To move forward, new methods are needed to probe the statistical limits to cross-infectivity, keeping in mind the following principles: (i) even a single base pair change can modify the degree of permissiveness to viral infection from highly permissive to completely resistant; (ii) there are almost (p.199) no reported instances of cross infection of two hosts by a single virus isolate if those hosts differ taxonomically at the family level or above. The study of Jensen et al. (1998) is notable for being perhaps the only published claim of a phage whose host range includes bacterial isolates from distinct families. Culture-independent methods are likely to be essential to probing the network of cross infection in marine environments and elsewhere. In this same vein, the study of Moebus and Nattkemper (1981) quantified two types of infection levels, possibly attributed to lytic and lysogenic events. A recent study of Cellulophaga baltica, a ubiquitous ocean heterotroph, found that differences in infection strength may be the results of distinct environments (Holmfeldt et al. 2014). In nutrient-enriched environments, lysis was favored, whereas in nutrient-depleted environments, lysogeny was favored. This finding is consistent with large-scale environmental assays of the frequency of lysogeny (Laybourn-Parry et al. 2007; Payet and Suttle 2013; Hurwitz et al. 2014). A sharper focus on quantitative rates of lysis and alternative cells fate will be required to better understand cross infection.

Finally, the study of any complex network requires some consideration of the effect of sampling. In the study of food webs and mutualistic networks, the issue of sampling arises because not all links are measurable (Bersier et al. 1999; Martinez et al. 1999; Poisot et al. 2012). For example, a predator may not eat a particular prey while under observation, or the prey may not be identifiable from gut content analysis. In the case of virus-host networks, another type of sampling issue arises: the majority of viruses and hosts in the surface ocean cannot yet be cultured. This implies a sampling challenge of nodes and associated links in the network. Methods to directly assess virus-host interactions, including viral tagging (Deng et al. 2014) and sequencing of polonies will be part of any effort to quantify infection networks among both culturable and nonculturable viruses and hosts.

6.5 Summary

  • Viruses are extremely abundant in the oceans, with estimates of virus-like particle densities ranging from approximately 104 to 108/ml.

  • Total virus abundance correlates with prokaryotic abundance and other abiotic proxies, including chlorophyll.

  • Virus abundance is estimated to be at its highest in coastal environments, during blooms, and in sediments.

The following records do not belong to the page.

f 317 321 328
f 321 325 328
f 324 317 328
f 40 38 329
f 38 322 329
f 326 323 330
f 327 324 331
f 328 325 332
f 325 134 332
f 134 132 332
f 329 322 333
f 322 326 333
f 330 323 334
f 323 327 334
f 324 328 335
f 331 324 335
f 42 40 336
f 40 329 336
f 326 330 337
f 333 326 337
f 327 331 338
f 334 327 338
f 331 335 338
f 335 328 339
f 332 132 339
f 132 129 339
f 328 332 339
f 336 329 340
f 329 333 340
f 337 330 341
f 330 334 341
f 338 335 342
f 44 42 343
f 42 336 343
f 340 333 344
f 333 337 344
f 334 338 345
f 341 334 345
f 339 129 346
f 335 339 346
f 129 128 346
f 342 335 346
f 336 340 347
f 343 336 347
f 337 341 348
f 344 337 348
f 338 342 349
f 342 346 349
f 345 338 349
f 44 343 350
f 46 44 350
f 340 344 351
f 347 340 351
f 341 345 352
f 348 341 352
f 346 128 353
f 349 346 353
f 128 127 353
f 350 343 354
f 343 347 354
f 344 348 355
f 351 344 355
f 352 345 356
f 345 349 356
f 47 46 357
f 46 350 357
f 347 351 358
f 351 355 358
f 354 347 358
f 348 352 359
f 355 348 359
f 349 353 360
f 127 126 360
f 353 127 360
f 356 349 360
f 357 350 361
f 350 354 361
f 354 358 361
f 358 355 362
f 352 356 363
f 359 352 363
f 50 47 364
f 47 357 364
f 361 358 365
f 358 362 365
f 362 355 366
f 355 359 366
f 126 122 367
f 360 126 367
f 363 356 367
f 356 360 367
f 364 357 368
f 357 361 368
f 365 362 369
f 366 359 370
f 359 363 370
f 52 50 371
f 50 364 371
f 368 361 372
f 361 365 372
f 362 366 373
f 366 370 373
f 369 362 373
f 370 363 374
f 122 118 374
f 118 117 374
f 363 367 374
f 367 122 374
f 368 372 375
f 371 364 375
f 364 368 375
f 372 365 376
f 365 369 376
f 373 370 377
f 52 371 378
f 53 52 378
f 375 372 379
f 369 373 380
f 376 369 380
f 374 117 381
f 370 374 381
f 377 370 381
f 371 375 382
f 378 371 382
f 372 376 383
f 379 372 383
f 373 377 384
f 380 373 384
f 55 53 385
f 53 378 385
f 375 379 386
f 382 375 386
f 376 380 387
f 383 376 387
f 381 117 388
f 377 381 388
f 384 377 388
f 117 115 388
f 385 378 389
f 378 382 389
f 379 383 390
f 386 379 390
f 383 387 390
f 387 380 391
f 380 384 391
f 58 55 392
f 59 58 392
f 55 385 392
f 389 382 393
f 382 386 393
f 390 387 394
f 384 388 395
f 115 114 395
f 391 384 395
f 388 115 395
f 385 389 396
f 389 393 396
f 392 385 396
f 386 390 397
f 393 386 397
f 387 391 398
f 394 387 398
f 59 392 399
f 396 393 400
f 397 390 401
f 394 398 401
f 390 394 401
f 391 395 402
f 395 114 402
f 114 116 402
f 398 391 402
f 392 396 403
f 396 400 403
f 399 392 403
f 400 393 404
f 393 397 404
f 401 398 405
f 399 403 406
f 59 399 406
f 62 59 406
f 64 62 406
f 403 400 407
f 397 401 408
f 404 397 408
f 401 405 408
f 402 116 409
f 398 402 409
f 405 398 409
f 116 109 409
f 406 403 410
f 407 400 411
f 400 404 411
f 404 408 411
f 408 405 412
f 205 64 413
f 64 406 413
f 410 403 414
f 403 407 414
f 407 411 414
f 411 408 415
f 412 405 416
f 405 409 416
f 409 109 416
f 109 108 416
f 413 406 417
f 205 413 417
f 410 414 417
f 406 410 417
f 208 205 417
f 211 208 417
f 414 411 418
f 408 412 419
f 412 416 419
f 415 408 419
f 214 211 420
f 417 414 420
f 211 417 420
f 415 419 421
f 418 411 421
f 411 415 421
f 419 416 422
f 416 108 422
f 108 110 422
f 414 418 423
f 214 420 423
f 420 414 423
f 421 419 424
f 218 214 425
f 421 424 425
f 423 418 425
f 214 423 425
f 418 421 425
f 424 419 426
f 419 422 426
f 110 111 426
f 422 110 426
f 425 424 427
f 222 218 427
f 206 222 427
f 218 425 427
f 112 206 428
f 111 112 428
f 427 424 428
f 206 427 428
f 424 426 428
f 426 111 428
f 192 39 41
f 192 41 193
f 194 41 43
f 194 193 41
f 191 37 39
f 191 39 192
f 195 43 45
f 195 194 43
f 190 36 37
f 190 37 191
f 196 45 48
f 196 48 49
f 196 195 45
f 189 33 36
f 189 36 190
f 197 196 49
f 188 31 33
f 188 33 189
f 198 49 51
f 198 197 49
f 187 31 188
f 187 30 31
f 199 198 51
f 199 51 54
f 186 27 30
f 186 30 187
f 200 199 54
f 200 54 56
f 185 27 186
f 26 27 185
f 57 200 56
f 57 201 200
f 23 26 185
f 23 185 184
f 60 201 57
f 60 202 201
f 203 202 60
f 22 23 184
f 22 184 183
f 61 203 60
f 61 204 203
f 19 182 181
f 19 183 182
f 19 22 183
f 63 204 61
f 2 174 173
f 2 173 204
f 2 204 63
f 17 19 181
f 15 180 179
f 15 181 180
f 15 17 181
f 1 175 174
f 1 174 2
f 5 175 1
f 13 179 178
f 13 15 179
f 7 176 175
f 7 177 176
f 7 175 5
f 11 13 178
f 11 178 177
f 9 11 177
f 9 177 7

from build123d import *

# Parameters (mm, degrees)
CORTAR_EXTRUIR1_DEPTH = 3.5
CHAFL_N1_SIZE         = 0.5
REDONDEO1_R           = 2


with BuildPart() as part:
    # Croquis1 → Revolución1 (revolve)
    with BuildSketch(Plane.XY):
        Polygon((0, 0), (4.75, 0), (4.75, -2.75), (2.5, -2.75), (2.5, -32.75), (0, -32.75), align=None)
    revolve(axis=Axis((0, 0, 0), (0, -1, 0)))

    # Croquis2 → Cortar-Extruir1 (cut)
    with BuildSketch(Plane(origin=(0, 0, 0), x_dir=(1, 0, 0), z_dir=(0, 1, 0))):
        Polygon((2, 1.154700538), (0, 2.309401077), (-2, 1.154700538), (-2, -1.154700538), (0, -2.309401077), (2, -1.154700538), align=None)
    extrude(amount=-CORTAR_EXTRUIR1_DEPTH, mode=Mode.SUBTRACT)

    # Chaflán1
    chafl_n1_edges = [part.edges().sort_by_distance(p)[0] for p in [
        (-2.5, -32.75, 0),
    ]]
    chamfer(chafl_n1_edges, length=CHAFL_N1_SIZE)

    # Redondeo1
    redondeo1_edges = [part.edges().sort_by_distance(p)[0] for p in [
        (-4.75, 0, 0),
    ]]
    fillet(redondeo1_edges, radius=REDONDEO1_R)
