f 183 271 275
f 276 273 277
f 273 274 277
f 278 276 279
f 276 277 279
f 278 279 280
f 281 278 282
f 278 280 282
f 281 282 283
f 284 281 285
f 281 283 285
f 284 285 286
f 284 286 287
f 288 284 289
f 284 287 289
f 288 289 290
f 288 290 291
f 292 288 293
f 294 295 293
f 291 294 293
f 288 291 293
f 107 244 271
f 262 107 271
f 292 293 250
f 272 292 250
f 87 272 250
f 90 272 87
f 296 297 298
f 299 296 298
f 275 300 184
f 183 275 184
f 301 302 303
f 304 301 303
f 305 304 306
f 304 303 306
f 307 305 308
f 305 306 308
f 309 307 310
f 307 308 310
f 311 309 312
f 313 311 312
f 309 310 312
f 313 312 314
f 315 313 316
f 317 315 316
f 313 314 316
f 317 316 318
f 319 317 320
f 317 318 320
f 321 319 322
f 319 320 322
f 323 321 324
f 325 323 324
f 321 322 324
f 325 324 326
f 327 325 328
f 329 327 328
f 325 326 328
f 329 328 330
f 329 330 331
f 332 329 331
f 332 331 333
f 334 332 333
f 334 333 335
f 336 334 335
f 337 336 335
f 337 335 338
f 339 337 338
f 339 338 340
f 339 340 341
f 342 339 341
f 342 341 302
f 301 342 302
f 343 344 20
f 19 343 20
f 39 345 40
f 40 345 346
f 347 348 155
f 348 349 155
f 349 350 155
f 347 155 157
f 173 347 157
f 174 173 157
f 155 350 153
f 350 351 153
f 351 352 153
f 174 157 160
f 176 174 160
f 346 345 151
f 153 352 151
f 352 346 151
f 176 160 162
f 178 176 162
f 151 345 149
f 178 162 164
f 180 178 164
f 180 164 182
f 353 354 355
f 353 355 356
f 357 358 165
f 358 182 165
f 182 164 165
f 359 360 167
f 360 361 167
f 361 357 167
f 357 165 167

  • Viral diversity remains elusive. Those features of viral diversity that are estimable include Shannon and Simpson diversity and should be utilized instead of attempting to estimate the total number (p.200) of virus “species” in the community based on measurements of a small subsample.

  • Viral diversity includes genotypic, genetic, and functional diversity.

  • It is evident that individual viruses infect more than one host type, and individual hosts are infected by more than one virus.

  • The cross-infection networks in natural systems include evidence of specialization, as measured by modularity, and hierarchical order, as measured by nestedness.

  • The basis for emergent infection networks remains unresolved.

  • A full accounting of viral diversity, whether genetic or functional, requires improvements in culture-independent methods to probe virus-host interactions.

Notes:

(1) Thanks to Steven Wilhelm for suggesting this turn of phrase.

(2) Claude Shannon, after which the Shannon diversity is named, is considered the father of information theory. This field originated largely from his pioneering master’s thesis. It is less well known that Shannon’s PhD dissertation was on the subject of theoretical population genetics.

(3) Black swans, of the species Cygnus atratus, do exist and are endemic to Australia and New Zealand.